[
https://issues.apache.org/jira/browse/MAHOUT-1051?page=com.atlassian.jira.plugin.system.issuetabpanels:all-tabpanel
]
Jake Mannix updated MAHOUT-1051:
--------------------------------
Attachment: MAHOUT-1051.patch
Slight modifications: avoid try/catch block, use the "shallow-copy" form of
SparseRowMatrix.
This has the disadvantage that if numRows is really large, but most rows are
empty, this will waste memory, but has the advantage that it doesn't care what
impl of Vector is given.
Does this work for you Gokhan?
> InMemoryCollapsedVariationalBayes0 to load input vectors with docIDs
> --------------------------------------------------------------------
>
> Key: MAHOUT-1051
> URL: https://issues.apache.org/jira/browse/MAHOUT-1051
> Project: Mahout
> Issue Type: Improvement
> Components: Clustering
> Affects Versions: 0.8
> Reporter: Gokhan Capan
> Priority: Minor
> Labels: cvb, lda
> Fix For: 0.8
>
> Attachments: MAHOUT-1051.patch, MAHOUT-1051.patch
>
>
> Based upon our conversation with Jake in the user-list, I have modified the
> o.a.m.clustering.lda.cvb.InMemoryCollapsedVariationalBayes0.loadVectors so
> that it does not ignore document ids in input.
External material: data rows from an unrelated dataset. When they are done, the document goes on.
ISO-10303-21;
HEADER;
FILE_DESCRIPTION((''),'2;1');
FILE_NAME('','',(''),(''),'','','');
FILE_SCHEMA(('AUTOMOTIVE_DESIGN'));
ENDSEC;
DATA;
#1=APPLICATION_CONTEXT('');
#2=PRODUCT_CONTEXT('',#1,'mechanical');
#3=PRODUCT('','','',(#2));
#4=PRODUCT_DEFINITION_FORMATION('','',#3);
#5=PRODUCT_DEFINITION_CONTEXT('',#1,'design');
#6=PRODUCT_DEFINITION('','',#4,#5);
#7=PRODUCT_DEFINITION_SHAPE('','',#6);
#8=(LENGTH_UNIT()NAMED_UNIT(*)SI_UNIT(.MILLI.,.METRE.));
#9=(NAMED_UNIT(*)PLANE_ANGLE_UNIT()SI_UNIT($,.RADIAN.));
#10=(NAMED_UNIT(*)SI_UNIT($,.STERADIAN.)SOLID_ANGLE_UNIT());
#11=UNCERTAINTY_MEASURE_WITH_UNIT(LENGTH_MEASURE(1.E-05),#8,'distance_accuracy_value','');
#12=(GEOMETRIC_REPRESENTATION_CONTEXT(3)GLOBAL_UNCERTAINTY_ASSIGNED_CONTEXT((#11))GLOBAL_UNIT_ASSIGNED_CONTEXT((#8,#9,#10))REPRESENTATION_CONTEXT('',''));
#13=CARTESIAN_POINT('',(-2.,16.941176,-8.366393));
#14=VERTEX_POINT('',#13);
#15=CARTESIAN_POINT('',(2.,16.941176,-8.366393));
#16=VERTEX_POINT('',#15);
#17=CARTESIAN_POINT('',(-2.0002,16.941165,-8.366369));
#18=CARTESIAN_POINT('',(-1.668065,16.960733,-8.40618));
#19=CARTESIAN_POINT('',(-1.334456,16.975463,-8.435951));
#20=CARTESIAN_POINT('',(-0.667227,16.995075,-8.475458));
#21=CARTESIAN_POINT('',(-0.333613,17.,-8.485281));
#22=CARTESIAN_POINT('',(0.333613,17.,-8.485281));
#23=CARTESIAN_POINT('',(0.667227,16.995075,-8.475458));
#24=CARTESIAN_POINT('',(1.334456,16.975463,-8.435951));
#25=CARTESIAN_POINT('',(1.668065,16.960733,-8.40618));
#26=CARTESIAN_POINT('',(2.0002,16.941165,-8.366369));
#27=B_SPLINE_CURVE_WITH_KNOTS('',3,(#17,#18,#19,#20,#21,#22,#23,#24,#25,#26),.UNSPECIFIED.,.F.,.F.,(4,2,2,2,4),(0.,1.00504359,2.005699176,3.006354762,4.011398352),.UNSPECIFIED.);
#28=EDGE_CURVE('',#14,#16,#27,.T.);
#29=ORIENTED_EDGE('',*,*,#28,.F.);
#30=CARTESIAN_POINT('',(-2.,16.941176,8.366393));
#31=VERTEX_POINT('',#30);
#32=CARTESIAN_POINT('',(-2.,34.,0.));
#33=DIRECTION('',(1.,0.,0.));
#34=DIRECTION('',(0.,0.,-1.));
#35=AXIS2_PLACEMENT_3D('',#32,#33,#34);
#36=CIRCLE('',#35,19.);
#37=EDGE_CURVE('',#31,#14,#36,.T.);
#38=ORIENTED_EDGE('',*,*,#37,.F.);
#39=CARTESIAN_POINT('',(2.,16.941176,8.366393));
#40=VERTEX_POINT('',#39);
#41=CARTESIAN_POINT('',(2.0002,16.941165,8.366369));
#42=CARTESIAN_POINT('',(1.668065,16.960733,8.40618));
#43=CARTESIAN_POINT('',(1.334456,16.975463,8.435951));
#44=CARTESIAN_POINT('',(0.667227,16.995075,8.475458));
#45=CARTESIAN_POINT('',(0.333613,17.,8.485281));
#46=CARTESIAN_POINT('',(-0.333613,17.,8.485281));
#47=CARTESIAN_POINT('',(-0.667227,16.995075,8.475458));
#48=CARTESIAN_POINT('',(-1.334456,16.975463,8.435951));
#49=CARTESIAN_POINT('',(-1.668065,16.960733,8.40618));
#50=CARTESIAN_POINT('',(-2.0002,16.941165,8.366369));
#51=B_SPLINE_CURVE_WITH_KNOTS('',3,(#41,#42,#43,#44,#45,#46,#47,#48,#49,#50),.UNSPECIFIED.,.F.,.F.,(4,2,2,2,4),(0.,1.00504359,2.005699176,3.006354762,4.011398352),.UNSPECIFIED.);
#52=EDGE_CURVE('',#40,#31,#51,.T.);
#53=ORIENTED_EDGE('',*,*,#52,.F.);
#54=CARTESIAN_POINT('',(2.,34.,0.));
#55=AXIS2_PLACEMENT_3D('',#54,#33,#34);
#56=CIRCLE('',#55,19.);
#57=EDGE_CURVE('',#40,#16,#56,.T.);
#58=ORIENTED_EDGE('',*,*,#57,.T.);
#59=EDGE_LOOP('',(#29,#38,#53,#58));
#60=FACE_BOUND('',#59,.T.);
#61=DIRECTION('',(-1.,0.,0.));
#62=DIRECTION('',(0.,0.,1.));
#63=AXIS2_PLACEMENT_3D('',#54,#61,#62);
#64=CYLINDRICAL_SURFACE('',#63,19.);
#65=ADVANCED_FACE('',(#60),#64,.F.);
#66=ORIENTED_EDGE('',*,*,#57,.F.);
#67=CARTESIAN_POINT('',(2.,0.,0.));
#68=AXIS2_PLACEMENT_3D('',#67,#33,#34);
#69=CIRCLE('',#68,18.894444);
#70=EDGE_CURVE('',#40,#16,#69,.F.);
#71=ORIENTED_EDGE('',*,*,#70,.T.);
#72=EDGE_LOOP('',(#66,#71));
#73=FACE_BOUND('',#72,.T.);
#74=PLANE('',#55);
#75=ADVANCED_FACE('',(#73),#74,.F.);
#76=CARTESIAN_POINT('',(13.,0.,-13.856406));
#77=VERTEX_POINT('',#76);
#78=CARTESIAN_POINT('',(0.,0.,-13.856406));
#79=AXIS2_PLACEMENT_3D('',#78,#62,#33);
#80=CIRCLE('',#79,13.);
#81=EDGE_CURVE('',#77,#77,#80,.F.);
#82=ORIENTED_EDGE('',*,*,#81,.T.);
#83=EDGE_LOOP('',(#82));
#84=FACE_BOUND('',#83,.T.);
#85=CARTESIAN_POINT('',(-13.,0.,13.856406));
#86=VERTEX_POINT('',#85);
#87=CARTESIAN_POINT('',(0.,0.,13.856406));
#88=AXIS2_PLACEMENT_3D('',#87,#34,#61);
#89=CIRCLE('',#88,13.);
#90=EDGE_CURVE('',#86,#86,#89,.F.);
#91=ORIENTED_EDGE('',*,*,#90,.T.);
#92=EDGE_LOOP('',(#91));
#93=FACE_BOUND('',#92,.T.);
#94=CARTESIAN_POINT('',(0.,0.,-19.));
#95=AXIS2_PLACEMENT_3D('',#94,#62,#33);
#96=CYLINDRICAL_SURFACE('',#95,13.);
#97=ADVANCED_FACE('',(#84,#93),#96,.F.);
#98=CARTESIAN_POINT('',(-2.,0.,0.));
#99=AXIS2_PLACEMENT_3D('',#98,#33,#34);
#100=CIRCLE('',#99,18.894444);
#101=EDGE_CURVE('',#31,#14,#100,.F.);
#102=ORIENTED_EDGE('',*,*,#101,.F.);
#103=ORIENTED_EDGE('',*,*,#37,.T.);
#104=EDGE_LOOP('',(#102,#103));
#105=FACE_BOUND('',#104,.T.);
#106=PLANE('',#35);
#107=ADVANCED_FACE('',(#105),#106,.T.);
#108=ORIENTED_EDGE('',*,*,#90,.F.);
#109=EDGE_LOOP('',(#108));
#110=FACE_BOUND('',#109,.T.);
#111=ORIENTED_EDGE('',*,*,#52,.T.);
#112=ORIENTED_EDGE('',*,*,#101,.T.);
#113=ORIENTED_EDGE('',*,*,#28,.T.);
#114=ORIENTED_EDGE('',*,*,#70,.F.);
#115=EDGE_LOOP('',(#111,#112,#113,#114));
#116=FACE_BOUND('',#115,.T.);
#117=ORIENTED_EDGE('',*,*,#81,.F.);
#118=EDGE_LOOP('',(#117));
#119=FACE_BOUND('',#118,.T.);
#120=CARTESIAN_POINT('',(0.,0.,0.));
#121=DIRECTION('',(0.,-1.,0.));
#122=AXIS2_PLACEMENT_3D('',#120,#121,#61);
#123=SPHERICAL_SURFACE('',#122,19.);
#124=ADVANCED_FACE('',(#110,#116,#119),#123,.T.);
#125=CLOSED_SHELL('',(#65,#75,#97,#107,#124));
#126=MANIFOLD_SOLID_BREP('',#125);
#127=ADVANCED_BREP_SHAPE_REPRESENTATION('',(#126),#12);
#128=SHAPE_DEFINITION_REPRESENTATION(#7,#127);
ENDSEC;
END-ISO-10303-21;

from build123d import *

# Parameters (mm, degrees)
WYTNIJ_WYCI_GNI_CIE1_DEPTH      = 33.908965344
WYTNIJ_WYCI_GNI_CIE1_DEPTH_BACK = 33.908965344
SZKIC2_R                        = 13
WYTNIJ_WYCI_GNI_CIE4_DEPTH      = 2
WYTNIJ_WYCI_GNI_CIE4_DEPTH_BACK = 2
SZKIC5_R                        = 19


with BuildPart() as part:
    # Szkic1 → Obrót1 (revolve)
    with BuildSketch(Plane.XY):
        with BuildLine():
            ThreePointArc((0, -19), (19, 0), (0, 19))
            Line((0, 19), (0, -19))
        make_face()
    revolve(axis=Axis((0, -27.54752711, 0), (0, 1, 0)))

    # Szkic2 → Wytnij-wyciągnięcie1 (cut, two sides: drawn at the far end of the back side and taken through both)
    with BuildSketch(Plane.XY.offset(-WYTNIJ_WYCI_GNI_CIE1_DEPTH_BACK)):
        Circle(SZKIC2_R)
    extrude(amount=WYTNIJ_WYCI_GNI_CIE1_DEPTH + WYTNIJ_WYCI_GNI_CIE1_DEPTH_BACK, mode=Mode.SUBTRACT)

    # Szkic5 → Wytnij-wyciągnięcie4 (cut, two sides: drawn at the far end of the back side and taken through both)
    with BuildSketch(Plane(origin=(0, 0, 0), x_dir=(0, 0, -1), z_dir=(1, 0, 0)).offset(-WYTNIJ_WYCI_GNI_CIE4_DEPTH_BACK)):
        with Locations((0, 34)):
            Circle(SZKIC5_R)
    extrude(amount=WYTNIJ_WYCI_GNI_CIE4_DEPTH + WYTNIJ_WYCI_GNI_CIE4_DEPTH_BACK, mode=Mode.SUBTRACT)


solid = part.part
To preserve backwards
> compatibility, it behaves as it did earlier if a ClassCastException is
> thrown; which occurs when ids are not integers, and/or the document vector
> (or getDelegate() if it is a NamedVector) cannot be cast to a
> RandomAccessSparseVector.
--
This message is automatically generated by JIRA.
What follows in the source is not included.